Exercise objective: Find every line containing the word "CIRCLE" in the records below; report only how many there are.

[Source records]
--------------------

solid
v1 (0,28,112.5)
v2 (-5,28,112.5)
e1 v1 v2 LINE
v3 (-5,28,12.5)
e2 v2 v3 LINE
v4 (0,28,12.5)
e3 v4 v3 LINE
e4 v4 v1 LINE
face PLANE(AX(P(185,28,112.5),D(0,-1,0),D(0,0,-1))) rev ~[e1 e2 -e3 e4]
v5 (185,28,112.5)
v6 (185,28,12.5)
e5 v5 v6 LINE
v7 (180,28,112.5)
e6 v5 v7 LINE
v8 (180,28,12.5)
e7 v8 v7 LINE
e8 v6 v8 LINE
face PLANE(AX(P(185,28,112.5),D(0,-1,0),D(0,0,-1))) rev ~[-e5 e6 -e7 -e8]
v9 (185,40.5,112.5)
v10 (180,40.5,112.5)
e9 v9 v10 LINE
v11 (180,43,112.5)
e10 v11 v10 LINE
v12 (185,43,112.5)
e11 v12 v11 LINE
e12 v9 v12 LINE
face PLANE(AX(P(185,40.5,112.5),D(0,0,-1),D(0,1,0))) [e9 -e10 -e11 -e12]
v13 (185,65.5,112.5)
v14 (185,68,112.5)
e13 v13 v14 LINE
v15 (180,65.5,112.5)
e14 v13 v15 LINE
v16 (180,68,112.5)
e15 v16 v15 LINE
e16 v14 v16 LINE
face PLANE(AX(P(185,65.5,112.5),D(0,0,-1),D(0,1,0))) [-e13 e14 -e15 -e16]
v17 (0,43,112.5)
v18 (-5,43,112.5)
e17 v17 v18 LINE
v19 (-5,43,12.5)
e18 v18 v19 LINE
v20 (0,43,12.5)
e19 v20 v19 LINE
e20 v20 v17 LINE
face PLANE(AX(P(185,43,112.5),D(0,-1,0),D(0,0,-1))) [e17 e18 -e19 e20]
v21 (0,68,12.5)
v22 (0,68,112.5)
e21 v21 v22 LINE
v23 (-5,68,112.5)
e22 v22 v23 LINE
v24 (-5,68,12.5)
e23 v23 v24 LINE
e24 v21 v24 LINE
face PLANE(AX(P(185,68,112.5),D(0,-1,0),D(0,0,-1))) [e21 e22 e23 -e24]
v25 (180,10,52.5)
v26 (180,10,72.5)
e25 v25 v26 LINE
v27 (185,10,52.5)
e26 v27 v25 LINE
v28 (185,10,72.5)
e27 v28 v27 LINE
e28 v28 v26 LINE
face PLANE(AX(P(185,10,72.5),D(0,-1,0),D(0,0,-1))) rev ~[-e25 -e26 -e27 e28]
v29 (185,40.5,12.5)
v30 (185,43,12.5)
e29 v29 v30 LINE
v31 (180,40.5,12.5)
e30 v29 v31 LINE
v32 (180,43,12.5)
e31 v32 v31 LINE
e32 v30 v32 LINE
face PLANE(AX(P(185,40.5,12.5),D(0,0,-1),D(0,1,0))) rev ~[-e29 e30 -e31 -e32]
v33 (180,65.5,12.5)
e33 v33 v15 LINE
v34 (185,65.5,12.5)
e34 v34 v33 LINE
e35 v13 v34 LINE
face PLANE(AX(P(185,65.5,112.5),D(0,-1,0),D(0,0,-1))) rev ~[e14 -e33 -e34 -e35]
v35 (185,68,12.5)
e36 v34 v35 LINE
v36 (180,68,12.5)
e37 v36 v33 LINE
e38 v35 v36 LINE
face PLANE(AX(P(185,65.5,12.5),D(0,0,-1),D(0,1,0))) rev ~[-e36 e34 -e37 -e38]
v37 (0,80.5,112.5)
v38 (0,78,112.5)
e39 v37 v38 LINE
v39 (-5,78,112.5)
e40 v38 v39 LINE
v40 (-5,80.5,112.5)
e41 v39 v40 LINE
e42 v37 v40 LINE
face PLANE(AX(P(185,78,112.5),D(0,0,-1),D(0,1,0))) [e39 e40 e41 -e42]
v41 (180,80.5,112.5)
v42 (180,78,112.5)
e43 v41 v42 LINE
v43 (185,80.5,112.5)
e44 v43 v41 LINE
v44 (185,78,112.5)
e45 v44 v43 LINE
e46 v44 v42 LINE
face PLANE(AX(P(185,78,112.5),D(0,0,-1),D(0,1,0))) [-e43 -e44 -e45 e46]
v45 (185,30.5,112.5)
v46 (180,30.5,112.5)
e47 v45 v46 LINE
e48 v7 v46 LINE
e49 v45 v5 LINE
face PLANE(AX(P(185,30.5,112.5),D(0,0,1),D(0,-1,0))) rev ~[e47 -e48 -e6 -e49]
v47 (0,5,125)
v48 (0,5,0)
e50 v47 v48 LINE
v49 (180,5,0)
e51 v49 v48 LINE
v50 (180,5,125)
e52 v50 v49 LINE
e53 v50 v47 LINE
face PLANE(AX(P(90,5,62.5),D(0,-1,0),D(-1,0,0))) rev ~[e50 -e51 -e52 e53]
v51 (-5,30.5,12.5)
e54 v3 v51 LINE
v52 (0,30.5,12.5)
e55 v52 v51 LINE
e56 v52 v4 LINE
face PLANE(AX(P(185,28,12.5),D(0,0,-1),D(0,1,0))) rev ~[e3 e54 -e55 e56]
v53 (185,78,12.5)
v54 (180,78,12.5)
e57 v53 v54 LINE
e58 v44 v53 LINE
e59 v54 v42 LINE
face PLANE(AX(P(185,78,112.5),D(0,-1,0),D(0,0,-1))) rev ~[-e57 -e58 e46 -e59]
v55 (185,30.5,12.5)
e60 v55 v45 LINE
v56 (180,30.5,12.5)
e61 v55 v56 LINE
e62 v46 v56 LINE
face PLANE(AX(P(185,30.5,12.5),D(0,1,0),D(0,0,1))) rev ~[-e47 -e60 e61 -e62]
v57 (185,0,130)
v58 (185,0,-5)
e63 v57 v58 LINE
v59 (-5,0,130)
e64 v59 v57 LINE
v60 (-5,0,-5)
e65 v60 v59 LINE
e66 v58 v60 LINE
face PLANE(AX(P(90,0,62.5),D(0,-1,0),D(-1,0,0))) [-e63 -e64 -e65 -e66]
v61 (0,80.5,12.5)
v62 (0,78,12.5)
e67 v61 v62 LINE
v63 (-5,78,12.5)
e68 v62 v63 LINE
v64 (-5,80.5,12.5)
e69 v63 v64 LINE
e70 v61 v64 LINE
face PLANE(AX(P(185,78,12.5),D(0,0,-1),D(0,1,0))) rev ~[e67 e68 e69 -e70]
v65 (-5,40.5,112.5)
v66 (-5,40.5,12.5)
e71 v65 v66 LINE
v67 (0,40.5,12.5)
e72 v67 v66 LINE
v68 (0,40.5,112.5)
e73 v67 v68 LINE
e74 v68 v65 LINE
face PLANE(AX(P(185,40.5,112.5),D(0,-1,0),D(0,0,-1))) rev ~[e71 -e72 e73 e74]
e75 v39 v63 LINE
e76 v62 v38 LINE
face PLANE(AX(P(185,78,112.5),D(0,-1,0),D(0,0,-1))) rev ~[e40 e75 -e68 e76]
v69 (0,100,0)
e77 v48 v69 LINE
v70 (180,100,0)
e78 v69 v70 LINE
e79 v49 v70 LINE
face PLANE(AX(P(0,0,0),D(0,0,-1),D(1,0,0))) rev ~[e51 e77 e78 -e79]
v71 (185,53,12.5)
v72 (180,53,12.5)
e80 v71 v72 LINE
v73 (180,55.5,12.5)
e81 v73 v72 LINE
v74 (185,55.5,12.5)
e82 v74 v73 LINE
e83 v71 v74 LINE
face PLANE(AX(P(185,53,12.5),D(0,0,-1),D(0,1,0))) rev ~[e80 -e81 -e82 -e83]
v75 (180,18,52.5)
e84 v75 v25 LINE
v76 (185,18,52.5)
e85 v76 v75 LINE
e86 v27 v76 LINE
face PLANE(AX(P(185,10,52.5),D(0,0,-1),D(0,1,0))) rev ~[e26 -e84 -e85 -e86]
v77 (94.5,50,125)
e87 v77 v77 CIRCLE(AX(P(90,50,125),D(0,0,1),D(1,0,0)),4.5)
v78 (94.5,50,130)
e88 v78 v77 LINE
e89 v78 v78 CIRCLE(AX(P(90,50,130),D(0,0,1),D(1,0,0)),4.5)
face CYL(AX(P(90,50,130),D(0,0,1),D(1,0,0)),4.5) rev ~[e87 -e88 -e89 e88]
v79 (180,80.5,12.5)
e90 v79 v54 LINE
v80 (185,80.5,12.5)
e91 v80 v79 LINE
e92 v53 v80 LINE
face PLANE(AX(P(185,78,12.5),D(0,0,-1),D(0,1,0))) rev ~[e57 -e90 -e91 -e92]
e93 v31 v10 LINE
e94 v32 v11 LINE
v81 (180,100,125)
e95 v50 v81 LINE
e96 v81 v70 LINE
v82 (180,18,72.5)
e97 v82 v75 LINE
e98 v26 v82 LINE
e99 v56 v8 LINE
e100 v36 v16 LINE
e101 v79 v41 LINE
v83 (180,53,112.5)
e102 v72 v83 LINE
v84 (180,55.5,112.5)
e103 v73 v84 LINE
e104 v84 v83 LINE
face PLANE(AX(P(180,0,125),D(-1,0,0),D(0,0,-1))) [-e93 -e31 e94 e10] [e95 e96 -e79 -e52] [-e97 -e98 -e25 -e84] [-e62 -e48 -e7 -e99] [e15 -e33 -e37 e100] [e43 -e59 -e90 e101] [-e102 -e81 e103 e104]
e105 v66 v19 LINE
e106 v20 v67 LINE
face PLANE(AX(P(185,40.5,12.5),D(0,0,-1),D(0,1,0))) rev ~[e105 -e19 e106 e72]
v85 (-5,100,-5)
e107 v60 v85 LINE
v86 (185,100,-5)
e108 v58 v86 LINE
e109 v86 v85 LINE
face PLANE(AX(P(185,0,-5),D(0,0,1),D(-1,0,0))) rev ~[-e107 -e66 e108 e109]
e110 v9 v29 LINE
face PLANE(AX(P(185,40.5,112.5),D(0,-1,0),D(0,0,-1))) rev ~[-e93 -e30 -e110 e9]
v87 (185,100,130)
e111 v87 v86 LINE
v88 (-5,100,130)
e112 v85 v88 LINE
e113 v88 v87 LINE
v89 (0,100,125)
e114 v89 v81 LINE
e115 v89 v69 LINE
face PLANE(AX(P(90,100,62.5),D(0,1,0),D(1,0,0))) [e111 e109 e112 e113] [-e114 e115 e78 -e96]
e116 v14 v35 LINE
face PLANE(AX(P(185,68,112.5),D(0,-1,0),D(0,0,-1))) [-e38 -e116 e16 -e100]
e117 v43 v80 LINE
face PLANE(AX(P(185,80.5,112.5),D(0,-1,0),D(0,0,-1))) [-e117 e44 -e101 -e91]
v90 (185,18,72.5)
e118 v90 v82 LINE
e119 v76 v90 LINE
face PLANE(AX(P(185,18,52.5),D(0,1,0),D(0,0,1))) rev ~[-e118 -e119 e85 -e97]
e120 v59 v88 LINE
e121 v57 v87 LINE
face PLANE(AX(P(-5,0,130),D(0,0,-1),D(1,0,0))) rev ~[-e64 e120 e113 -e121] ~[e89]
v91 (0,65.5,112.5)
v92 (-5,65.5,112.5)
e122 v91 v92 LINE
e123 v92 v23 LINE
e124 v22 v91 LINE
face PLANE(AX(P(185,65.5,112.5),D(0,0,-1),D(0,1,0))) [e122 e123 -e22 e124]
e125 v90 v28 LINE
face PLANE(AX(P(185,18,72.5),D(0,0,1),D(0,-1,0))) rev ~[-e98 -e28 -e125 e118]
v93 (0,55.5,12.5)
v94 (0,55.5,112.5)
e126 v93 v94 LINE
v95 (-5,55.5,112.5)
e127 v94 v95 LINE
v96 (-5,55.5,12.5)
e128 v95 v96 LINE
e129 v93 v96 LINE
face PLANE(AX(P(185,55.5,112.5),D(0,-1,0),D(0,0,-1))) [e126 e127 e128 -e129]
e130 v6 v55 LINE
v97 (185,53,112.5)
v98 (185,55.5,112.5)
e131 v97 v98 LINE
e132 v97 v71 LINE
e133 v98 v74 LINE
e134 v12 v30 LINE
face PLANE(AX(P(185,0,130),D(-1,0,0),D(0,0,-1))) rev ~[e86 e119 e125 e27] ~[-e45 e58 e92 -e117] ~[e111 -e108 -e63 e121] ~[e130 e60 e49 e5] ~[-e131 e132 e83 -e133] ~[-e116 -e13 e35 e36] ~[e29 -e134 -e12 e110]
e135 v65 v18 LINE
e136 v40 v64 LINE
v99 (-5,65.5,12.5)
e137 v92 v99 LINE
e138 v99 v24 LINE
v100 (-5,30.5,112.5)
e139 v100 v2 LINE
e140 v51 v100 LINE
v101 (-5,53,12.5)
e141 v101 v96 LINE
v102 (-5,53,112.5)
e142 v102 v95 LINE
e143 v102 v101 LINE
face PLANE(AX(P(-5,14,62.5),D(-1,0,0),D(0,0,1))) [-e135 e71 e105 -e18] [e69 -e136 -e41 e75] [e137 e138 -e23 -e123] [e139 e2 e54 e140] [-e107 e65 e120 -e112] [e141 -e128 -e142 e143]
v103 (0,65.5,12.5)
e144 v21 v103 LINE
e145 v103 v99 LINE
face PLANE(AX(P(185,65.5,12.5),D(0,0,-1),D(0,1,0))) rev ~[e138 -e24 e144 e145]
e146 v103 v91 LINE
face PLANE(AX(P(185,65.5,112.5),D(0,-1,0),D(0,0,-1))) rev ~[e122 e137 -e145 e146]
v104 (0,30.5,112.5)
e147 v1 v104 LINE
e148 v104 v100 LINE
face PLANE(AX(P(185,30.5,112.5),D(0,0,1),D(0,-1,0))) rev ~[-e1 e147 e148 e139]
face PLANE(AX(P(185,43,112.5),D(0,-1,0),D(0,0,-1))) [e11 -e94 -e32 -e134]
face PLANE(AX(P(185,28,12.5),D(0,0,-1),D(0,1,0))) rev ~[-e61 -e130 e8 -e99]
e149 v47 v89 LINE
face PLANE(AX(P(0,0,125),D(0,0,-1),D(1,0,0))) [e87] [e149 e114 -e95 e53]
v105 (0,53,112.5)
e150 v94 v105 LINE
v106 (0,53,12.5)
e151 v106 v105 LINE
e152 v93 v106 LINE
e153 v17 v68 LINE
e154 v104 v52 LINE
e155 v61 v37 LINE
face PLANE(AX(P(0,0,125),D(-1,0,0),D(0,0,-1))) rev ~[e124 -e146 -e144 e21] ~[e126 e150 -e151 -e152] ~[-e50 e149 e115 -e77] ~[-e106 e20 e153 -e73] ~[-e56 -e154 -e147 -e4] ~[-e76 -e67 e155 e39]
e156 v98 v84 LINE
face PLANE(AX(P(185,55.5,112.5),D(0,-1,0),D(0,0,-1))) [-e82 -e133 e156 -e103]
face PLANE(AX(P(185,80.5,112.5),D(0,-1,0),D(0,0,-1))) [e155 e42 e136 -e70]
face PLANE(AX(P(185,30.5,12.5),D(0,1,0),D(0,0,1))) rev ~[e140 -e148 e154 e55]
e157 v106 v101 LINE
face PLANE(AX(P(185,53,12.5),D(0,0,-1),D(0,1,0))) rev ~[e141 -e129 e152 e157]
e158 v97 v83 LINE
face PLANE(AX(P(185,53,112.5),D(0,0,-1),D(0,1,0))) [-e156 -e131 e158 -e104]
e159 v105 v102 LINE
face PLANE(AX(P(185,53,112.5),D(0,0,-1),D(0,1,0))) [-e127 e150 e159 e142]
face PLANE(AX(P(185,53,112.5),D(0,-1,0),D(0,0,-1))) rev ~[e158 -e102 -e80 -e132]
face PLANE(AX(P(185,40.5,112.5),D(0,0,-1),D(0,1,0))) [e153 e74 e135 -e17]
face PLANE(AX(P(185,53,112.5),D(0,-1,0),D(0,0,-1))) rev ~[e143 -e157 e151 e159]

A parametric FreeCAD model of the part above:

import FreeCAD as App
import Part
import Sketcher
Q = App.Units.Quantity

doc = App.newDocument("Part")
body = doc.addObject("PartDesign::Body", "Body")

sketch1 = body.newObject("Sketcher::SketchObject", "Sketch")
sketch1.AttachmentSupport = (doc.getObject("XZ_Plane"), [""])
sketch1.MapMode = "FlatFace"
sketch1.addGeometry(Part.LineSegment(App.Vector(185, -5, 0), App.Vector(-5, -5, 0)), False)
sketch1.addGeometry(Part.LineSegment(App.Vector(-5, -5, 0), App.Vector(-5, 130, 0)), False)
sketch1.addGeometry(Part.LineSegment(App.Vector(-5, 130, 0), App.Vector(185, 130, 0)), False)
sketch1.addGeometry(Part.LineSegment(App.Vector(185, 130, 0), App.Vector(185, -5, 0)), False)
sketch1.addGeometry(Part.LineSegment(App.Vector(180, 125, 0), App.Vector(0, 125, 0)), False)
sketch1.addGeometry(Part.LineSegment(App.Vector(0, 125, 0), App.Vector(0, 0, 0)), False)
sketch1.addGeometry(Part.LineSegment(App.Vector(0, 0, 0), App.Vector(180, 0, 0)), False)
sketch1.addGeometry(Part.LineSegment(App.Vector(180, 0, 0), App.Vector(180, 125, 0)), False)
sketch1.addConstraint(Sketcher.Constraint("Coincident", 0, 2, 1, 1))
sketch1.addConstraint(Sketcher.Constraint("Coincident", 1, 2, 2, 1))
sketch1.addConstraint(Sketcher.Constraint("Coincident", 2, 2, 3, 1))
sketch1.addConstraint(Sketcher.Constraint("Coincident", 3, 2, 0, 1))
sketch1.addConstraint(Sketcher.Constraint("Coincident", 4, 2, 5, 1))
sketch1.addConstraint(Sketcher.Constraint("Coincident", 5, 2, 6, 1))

--------------------

Answer for the task: 2